• ABOUT THIS EXERCISE:
Write out, exactly as they stand, the line containing "#327=EDGE_LOOP('',(#321,#322,#323,#326));" and all subsequent lines up to and including the final line of the records.

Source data

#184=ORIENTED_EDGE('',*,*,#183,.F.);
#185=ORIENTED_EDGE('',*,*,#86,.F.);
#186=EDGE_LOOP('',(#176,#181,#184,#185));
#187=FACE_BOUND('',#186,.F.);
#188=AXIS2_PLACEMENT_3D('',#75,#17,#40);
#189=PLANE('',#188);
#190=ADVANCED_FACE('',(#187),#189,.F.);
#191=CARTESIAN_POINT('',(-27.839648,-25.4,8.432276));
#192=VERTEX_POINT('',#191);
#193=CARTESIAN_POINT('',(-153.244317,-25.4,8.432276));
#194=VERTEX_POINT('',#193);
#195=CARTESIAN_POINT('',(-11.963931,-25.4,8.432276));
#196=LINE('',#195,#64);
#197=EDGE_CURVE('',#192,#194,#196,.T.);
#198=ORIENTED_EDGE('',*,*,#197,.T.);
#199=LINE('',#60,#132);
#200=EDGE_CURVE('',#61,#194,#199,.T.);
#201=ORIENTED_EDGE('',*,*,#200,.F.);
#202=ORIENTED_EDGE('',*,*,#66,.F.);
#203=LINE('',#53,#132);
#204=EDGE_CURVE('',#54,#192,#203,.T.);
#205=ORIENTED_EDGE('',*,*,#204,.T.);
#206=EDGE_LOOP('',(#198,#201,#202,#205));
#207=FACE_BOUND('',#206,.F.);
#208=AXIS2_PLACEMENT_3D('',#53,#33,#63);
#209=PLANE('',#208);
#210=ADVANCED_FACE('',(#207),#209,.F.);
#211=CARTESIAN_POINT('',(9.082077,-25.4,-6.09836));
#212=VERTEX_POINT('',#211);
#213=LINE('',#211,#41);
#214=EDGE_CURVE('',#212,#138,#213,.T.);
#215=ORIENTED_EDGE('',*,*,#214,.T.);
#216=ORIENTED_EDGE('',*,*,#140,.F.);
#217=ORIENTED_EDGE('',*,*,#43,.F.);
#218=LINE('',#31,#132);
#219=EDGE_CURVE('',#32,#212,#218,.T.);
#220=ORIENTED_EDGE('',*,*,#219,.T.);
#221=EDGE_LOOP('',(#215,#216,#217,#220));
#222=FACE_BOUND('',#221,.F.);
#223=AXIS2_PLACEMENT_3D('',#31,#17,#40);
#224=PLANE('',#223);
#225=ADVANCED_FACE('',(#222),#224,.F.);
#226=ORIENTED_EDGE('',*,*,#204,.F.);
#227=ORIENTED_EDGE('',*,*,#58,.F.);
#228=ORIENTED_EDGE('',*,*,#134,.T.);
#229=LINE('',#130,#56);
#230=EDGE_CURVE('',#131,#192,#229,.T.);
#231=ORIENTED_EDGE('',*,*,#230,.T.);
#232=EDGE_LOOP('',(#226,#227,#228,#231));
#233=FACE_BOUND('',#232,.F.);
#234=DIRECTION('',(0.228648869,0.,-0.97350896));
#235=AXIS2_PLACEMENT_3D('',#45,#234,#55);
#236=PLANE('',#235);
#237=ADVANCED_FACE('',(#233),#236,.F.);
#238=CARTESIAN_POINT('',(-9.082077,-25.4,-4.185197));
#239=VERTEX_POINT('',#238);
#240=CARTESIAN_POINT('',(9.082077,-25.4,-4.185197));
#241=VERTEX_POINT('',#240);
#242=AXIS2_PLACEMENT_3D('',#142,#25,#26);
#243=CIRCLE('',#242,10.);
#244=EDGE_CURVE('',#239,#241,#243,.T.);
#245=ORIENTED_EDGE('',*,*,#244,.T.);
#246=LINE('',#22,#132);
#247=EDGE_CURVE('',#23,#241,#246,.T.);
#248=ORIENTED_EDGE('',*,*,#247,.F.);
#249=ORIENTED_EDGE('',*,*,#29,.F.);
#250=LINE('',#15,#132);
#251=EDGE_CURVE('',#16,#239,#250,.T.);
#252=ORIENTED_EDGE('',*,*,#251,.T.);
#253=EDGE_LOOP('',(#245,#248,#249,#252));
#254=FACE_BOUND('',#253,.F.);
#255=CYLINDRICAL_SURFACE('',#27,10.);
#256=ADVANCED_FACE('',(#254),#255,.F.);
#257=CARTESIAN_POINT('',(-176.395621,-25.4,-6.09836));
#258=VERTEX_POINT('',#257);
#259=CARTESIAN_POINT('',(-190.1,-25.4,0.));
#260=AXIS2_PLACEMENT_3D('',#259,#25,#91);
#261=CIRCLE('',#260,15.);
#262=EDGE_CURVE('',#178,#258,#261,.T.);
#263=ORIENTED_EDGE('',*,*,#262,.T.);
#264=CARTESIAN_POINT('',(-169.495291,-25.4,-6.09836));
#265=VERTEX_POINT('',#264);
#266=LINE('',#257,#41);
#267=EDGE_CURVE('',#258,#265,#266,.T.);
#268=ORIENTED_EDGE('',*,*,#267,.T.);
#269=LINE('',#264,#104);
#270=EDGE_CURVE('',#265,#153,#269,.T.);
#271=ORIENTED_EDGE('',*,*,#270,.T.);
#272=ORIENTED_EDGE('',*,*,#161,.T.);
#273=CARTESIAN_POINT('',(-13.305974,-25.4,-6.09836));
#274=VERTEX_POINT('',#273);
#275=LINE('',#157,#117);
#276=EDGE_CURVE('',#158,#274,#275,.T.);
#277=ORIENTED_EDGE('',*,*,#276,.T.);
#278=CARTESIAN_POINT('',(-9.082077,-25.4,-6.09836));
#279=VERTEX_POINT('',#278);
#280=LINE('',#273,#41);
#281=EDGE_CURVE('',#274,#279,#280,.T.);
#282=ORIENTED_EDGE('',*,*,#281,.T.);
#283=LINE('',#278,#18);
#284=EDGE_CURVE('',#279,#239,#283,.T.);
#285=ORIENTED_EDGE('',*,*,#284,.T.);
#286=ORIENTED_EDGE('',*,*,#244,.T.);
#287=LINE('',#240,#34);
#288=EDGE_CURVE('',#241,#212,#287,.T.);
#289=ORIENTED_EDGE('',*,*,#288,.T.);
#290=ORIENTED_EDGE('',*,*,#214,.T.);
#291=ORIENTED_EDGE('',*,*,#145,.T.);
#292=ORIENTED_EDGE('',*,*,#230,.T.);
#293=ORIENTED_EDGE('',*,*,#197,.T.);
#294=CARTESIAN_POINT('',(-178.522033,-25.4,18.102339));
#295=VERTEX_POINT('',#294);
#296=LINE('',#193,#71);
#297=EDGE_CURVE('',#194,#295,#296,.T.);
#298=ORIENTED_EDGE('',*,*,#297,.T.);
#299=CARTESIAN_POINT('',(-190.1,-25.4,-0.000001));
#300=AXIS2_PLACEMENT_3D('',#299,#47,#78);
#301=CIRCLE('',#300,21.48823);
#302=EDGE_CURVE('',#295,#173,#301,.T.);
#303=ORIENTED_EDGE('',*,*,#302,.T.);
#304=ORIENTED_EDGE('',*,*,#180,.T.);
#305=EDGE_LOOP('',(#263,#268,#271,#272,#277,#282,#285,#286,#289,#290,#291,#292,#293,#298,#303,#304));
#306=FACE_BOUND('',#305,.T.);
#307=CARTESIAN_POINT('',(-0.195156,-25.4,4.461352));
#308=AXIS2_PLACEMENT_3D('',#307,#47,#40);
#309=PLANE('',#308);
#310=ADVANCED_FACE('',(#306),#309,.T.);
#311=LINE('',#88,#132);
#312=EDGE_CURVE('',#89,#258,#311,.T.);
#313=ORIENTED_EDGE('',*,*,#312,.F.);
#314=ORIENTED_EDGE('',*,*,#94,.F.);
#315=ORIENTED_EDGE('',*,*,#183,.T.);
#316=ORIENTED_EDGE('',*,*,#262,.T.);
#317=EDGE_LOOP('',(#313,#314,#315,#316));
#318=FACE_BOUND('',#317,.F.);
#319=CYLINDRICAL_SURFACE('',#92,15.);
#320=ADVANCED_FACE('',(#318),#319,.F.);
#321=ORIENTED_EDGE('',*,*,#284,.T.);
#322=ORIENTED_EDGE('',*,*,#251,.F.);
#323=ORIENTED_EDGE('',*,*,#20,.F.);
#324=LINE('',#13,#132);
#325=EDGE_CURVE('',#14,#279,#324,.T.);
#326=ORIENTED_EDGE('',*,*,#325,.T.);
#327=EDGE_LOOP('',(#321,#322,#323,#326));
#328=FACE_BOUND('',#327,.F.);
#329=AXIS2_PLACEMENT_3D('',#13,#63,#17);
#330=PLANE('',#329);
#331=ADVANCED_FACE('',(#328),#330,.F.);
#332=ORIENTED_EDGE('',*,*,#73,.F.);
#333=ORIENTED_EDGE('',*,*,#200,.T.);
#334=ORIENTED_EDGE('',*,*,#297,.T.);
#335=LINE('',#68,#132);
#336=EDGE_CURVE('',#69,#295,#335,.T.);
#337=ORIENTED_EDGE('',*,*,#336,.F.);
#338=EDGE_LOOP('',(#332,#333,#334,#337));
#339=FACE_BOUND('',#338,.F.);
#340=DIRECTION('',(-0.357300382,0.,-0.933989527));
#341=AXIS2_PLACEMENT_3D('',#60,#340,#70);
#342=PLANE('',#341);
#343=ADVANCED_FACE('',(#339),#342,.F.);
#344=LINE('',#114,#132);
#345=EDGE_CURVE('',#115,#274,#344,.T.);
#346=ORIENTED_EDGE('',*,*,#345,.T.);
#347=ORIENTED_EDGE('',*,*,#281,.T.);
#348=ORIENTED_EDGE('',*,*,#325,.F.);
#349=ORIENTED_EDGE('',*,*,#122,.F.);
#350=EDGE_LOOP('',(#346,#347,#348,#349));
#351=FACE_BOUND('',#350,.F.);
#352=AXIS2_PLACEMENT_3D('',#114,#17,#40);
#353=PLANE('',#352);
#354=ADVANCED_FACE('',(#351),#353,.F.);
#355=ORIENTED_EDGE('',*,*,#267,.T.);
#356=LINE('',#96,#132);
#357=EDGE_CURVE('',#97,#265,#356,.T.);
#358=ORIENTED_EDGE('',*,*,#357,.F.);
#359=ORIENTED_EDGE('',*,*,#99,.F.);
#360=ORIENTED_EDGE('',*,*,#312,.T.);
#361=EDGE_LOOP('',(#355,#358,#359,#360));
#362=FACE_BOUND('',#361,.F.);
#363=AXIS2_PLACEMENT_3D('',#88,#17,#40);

• RESPONSE BELOW:
#327=EDGE_LOOP('',(#321,#322,#323,#326));
#328=FACE_BOUND('',#327,.F.);
#329=AXIS2_PLACEMENT_3D('',#13,#63,#17);
#330=PLANE('',#329);
#331=ADVANCED_FACE('',(#328),#330,.F.);
#332=ORIENTED_EDGE('',*,*,#73,.F.);
#333=ORIENTED_EDGE('',*,*,#200,.T.);
#334=ORIENTED_EDGE('',*,*,#297,.T.);
#335=LINE('',#68,#132);
#336=EDGE_CURVE('',#69,#295,#335,.T.);
#337=ORIENTED_EDGE('',*,*,#336,.F.);
#338=EDGE_LOOP('',(#332,#333,#334,#337));
#339=FACE_BOUND('',#338,.F.);
#340=DIRECTION('',(-0.357300382,0.,-0.933989527));
#341=AXIS2_PLACEMENT_3D('',#60,#340,#70);
#342=PLANE('',#341);
#343=ADVANCED_FACE('',(#339),#342,.F.);
#344=LINE('',#114,#132);
#345=EDGE_CURVE('',#115,#274,#344,.T.);
#346=ORIENTED_EDGE('',*,*,#345,.T.);
#347=ORIENTED_EDGE('',*,*,#281,.T.);
#348=ORIENTED_EDGE('',*,*,#325,.F.);
#349=ORIENTED_EDGE('',*,*,#122,.F.);
#350=EDGE_LOOP('',(#346,#347,#348,#349));
#351=FACE_BOUND('',#350,.F.);
#352=AXIS2_PLACEMENT_3D('',#114,#17,#40);
#353=PLANE('',#352);
#354=ADVANCED_FACE('',(#351),#353,.F.);
#355=ORIENTED_EDGE('',*,*,#267,.T.);
#356=LINE('',#96,#132);
#357=EDGE_CURVE('',#97,#265,#356,.T.);
#358=ORIENTED_EDGE('',*,*,#357,.F.);
#359=ORIENTED_EDGE('',*,*,#99,.F.);
#360=ORIENTED_EDGE('',*,*,#312,.T.);
#361=EDGE_LOOP('',(#355,#358,#359,#360));
#362=FACE_BOUND('',#361,.F.);
#363=AXIS2_PLACEMENT_3D('',#88,#17,#40);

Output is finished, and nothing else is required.